- [WHAT IS BEING ASKED] Exactly the lines below from the one with "e17 v17 v15 LINE" up to and including the one with "v21 (9.75,13.423394,12)" make up the answer, with nothing else added.

┌─ MATERIAL FOR THIS TASK

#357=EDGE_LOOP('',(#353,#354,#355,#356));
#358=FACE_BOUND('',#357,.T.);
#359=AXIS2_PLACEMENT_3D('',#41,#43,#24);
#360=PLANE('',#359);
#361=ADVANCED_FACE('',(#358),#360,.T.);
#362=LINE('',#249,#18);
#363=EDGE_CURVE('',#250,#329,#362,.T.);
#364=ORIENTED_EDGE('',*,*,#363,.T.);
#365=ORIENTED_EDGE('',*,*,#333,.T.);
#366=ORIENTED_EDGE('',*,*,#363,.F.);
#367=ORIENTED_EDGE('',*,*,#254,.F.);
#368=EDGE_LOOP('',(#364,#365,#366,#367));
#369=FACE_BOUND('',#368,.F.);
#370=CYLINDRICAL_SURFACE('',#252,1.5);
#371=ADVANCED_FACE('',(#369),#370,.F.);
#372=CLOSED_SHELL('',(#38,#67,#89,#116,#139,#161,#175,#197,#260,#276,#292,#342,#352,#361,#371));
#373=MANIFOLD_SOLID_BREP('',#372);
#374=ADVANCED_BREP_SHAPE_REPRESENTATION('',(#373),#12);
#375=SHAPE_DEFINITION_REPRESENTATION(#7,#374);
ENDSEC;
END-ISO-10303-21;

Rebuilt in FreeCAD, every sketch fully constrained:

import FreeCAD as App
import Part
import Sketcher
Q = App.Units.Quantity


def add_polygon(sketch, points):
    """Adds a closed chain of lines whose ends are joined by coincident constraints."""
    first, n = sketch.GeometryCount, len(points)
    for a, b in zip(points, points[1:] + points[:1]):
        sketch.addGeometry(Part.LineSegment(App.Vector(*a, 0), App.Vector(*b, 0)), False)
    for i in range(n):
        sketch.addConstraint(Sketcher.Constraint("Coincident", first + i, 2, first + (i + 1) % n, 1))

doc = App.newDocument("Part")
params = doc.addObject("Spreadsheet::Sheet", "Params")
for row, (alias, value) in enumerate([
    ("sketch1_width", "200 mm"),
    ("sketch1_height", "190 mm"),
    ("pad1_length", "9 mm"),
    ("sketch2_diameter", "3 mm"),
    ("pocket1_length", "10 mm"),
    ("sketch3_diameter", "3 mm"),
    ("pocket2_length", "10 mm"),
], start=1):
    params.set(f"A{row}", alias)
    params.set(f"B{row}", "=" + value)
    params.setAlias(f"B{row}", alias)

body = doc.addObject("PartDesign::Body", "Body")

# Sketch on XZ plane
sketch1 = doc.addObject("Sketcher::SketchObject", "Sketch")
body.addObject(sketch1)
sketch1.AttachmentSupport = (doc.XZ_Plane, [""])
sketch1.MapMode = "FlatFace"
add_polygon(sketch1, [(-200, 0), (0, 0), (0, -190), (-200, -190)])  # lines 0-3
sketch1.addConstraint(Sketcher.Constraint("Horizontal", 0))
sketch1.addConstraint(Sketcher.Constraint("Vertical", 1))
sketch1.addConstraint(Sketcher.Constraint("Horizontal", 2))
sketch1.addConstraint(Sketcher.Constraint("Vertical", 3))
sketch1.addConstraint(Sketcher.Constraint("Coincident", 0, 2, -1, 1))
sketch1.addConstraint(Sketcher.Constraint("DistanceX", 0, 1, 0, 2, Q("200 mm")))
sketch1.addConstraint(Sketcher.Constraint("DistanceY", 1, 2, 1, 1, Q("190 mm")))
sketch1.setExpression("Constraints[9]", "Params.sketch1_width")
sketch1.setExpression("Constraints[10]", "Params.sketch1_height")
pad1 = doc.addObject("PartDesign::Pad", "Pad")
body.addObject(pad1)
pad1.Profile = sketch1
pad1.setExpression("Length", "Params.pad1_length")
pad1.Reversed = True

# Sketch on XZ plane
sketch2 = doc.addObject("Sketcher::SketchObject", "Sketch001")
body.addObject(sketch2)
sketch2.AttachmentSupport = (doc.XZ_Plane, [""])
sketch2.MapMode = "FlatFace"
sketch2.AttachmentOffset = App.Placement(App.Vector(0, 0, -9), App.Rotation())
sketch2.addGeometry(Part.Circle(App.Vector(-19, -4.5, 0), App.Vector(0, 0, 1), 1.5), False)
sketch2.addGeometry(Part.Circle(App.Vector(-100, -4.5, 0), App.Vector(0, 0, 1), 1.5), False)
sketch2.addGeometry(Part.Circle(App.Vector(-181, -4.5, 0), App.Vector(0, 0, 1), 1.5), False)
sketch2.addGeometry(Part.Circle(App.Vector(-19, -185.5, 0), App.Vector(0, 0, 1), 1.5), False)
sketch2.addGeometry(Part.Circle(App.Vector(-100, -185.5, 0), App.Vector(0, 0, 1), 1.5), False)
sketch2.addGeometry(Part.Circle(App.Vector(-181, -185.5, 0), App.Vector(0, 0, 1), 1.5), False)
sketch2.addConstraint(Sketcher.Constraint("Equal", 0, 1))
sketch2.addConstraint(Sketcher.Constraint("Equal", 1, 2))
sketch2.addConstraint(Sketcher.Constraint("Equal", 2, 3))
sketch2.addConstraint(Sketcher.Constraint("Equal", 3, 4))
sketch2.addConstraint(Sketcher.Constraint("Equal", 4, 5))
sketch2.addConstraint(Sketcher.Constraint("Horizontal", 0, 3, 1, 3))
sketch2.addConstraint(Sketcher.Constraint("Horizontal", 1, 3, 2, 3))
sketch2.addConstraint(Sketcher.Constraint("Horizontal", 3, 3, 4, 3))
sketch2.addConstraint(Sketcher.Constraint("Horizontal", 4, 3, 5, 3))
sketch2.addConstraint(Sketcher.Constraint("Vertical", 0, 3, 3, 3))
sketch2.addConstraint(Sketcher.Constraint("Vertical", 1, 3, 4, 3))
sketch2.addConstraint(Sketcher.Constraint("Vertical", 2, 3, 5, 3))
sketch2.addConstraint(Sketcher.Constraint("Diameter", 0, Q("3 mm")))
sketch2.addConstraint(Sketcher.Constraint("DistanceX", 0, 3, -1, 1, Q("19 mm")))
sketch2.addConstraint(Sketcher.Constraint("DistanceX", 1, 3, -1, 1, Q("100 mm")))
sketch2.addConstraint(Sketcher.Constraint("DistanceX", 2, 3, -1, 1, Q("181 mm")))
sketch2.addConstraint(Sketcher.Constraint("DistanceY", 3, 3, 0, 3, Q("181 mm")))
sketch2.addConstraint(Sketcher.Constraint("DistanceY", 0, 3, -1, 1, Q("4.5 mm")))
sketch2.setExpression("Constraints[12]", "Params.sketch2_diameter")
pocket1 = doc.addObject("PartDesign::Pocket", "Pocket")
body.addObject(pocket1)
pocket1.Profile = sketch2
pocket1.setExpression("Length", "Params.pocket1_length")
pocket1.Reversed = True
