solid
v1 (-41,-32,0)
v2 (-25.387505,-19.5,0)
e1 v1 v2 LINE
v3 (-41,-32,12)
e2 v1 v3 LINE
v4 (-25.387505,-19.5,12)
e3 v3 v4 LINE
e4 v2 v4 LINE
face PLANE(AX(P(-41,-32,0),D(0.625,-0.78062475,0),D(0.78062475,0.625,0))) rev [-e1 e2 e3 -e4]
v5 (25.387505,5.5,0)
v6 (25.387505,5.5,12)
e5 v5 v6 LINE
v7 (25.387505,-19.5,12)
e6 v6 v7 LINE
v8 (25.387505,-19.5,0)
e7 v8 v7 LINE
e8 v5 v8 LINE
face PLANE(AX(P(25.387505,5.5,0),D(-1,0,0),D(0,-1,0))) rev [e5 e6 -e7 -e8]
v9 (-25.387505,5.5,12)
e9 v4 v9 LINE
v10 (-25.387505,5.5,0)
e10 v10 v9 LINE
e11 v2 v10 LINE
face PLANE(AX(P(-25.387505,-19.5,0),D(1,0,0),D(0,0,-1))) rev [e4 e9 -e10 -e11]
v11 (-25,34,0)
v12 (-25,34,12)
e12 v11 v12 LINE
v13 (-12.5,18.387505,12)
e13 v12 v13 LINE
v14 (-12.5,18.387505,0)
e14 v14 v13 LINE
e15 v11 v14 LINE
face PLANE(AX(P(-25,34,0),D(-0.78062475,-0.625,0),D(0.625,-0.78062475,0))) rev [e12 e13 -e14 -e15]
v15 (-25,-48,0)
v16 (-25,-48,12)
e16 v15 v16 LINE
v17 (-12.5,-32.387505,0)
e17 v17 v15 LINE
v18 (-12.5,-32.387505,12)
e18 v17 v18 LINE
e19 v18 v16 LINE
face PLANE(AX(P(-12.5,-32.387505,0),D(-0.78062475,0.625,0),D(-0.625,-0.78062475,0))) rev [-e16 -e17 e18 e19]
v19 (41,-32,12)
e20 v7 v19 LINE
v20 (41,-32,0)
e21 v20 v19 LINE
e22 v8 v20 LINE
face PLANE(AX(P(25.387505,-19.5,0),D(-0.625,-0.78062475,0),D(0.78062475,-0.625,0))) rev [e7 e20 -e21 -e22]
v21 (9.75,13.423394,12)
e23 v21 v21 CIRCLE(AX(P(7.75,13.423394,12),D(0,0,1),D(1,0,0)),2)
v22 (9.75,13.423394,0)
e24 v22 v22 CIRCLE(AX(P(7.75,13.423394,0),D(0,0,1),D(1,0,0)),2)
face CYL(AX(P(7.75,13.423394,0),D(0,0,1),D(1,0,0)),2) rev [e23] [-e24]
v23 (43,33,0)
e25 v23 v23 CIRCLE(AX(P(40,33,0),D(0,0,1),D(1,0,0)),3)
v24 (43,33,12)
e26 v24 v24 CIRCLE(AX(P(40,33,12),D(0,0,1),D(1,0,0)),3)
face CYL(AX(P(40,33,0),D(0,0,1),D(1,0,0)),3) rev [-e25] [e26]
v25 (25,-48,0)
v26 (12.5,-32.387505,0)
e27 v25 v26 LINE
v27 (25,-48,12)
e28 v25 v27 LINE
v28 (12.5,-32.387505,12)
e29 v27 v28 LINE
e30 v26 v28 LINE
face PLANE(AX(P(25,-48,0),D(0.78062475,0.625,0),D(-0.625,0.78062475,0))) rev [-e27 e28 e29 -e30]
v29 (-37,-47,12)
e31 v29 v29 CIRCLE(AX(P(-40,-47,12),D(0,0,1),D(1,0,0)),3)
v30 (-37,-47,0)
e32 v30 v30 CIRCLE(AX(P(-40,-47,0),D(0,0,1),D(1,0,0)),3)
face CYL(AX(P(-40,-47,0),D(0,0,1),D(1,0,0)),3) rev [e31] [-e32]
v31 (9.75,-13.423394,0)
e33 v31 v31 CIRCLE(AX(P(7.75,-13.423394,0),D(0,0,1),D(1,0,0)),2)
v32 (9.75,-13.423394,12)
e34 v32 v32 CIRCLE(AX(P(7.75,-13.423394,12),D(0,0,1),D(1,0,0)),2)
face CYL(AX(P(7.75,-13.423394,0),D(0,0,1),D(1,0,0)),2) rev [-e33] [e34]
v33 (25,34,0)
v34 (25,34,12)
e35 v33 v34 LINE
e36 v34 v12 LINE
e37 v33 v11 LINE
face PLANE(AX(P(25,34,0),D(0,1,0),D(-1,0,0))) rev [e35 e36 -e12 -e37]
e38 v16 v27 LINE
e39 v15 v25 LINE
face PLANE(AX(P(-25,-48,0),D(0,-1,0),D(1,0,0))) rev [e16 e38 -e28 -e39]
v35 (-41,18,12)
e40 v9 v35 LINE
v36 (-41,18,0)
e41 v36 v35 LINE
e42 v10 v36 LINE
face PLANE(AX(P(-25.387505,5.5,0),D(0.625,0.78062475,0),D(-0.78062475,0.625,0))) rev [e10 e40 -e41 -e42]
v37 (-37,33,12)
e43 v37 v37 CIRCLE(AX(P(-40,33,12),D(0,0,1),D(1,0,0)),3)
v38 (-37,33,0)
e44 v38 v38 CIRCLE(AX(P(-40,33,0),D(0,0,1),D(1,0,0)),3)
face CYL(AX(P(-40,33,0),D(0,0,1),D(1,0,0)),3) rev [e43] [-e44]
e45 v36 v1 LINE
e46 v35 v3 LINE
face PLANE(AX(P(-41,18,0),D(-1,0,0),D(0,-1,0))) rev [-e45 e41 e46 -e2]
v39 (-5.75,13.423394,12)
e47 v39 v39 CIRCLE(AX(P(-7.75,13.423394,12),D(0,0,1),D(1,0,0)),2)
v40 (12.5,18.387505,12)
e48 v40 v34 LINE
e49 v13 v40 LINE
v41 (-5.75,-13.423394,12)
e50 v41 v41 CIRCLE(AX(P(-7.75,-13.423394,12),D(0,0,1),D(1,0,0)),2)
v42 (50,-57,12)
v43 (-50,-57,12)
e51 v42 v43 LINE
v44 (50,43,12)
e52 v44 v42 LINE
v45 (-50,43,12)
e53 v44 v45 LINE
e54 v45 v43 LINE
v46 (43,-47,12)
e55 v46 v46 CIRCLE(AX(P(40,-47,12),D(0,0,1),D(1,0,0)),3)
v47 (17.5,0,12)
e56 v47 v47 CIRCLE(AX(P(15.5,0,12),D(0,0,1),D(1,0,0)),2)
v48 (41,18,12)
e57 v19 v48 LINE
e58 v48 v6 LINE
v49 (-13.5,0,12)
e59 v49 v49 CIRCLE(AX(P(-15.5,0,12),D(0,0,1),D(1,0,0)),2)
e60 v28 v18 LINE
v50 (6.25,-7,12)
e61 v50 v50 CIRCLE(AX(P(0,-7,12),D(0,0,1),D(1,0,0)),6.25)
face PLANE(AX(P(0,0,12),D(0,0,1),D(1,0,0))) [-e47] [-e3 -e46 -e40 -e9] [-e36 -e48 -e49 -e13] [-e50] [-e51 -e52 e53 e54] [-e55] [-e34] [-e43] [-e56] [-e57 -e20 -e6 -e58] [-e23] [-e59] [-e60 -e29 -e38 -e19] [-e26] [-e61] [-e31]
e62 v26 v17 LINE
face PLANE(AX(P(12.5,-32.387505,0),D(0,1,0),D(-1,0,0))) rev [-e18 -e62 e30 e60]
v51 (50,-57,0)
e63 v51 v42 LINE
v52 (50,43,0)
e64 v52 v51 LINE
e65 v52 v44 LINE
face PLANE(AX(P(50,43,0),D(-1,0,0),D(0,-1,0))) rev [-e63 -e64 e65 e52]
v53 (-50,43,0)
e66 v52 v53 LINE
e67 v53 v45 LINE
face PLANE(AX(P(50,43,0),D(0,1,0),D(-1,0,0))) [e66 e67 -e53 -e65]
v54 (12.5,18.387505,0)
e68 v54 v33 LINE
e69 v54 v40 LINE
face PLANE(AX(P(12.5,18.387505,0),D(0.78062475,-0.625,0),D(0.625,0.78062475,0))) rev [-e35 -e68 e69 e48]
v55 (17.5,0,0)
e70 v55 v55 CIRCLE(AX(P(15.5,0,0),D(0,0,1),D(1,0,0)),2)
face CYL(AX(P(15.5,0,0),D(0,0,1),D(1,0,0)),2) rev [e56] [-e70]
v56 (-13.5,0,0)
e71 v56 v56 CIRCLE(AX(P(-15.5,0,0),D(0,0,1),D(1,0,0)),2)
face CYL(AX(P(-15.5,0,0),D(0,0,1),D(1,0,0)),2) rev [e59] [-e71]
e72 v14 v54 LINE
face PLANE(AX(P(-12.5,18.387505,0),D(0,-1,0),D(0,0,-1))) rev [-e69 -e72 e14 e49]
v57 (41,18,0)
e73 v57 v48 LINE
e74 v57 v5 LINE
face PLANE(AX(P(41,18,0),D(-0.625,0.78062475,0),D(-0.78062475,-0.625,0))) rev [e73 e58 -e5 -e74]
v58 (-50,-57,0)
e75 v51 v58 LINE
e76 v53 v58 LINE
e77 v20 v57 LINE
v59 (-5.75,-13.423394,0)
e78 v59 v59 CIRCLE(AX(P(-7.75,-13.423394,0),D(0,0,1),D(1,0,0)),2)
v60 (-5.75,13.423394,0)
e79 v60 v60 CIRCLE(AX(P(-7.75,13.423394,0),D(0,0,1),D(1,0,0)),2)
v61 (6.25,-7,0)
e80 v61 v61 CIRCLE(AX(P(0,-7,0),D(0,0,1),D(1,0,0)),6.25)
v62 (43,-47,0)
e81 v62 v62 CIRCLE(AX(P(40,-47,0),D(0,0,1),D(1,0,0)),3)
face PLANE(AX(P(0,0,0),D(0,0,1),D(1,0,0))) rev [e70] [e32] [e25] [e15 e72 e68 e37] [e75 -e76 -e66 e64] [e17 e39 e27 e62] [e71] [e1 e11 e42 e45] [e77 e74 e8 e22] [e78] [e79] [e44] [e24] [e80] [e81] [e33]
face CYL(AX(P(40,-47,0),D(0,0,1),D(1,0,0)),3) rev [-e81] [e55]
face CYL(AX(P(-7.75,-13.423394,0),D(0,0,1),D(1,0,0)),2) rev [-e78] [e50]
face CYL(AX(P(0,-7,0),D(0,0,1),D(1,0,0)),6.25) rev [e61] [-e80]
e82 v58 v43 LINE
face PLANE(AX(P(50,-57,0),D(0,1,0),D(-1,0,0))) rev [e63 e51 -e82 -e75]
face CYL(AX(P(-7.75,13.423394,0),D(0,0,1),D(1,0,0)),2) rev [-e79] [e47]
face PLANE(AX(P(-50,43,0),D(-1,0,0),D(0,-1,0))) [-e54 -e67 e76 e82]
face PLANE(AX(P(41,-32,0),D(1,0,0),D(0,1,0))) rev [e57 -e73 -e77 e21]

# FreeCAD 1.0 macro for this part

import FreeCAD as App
import Part
import Sketcher

V = App.Vector


def add_polygon(sketch, points):
    """Adds a closed chain of lines whose ends are joined by coincident constraints."""
    first, n = sketch.GeometryCount, len(points)
    for a, b in zip(points, points[1:] + points[:1]):
        sketch.addGeometry(Part.LineSegment(App.Vector(*a, 0), App.Vector(*b, 0)), False)
    for i in range(n):
        sketch.addConstraint(Sketcher.Constraint("Coincident", first + i, 2, first + (i + 1) % n, 1))

doc = App.newDocument("Part")
body = doc.addObject("PartDesign::Body", "Body")

# Sketch on XY plane
sketch1 = body.newObject("Sketcher::SketchObject", "Sketch")
sketch1.AttachmentSupport = (doc.getObject("XY_Plane"), [""])
sketch1.MapMode = "FlatFace"
sketch1.addGeometry(Part.Circle(V(0, 0, 0), V(0, 0, 1), 18), False)
sketch1.addConstraint(Sketcher.Constraint("Coincident", 0, 3, -1, 1))
sketch1.addConstraint(Sketcher.Constraint("Diameter", 0, 37.0))
pad1 = body.newObject("PartDesign::Pad", "Pad")
pad1.Profile = sketch1
pad1.Length = 12

# Sketch on XY plane
sketch2 = body.newObject("Sketcher::SketchObject", "Sketch001")
sketch2.AttachmentSupport = (doc.getObject("XY_Plane"), [""])
sketch2.MapMode = "FlatFace"
sketch2.AttachmentOffset = App.Placement(V(0, 0, 12), App.Rotation())
sketch2.addGeometry(Part.Circle(V(15.5, 0, 0), V(0, 0, 1), 2), False)
sketch2.addGeometry(Part.Circle(V(7.8, -13.4, 0), V(0, 0, 1), 2), False)
sketch2.addGeometry(Part.Circle(V(-7.8, -13.4, 0), V(0, 0, 1), 2), False)
sketch2.addGeometry(Part.Circle(V(-15.5, 0, 0), V(0, 0, 1), 2), False)
sketch2.addGeometry(Part.Circle(V(-7.8, 13.4, 0), V(0, 0, 1), 2), False)
sketch2.addGeometry(Part.Circle(V(7.8, 13.4, 0), V(0, 0, 1), 2), False)
sketch2.addConstraint(Sketcher.Constraint("Equal", 0, 1))
sketch2.addConstraint(Sketcher.Constraint("Equal", 1, 2))
sketch2.addConstraint(Sketcher.Constraint("Equal", 2, 3))
sketch2.addConstraint(Sketcher.Constraint("Equal", 3, 4))
sketch2.addConstraint(Sketcher.Constraint("Equal", 4, 5))
sketch2.addConstraint(Sketcher.Constraint("Symmetric", 0, 3, 3, 3, -1, 1))
sketch2.addConstraint(Sketcher.Constraint("Symmetric", 1, 3, 4, 3, -1, 1))
sketch2.addConstraint(Sketcher.Constraint("Symmetric", 2, 3, 5, 3, -1, 1))
sketch2.addConstraint(Sketcher.Constraint("Symmetric", 1, 3, 2, 3, -2))
sketch2.addConstraint(Sketcher.Constraint("PointOnObject", 0, 3, -1))
sketch2.addConstraint(Sketcher.Constraint("Diameter", 0, 4.0))
sketch2.addConstraint(Sketcher.Constraint("DistanceX", 3, 3, 0, 3, 31.0))
sketch2.addConstraint(Sketcher.Constraint("DistanceX", 2, 3, 1, 3, 15.5))
sketch2.addConstraint(Sketcher.Constraint("DistanceY", 1, 3, -1, 1, 13.423394))
pocket1 = body.newObject("PartDesign::Pocket", "Pocket")
pocket1.Profile = sketch2
pocket1.Type = "ThroughAll"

└─

- [YOUR RESPONSE]
e17 v17 v15 LINE
v18 (-12.5,-32.387505,12)
e18 v17 v18 LINE
e19 v18 v16 LINE
face PLANE(AX(P(-12.5,-32.387505,0),D(-0.78062475,0.625,0),D(-0.625,-0.78062475,0))) rev [-e16 -e17 e18 e19]
v19 (41,-32,12)
e20 v7 v19 LINE
v20 (41,-32,0)
e21 v20 v19 LINE
e22 v8 v20 LINE
face PLANE(AX(P(25.387505,-19.5,0),D(-0.625,-0.78062475,0),D(0.78062475,-0.625,0))) rev [e7 e20 -e21 -e22]
v21 (9.75,13.423394,12)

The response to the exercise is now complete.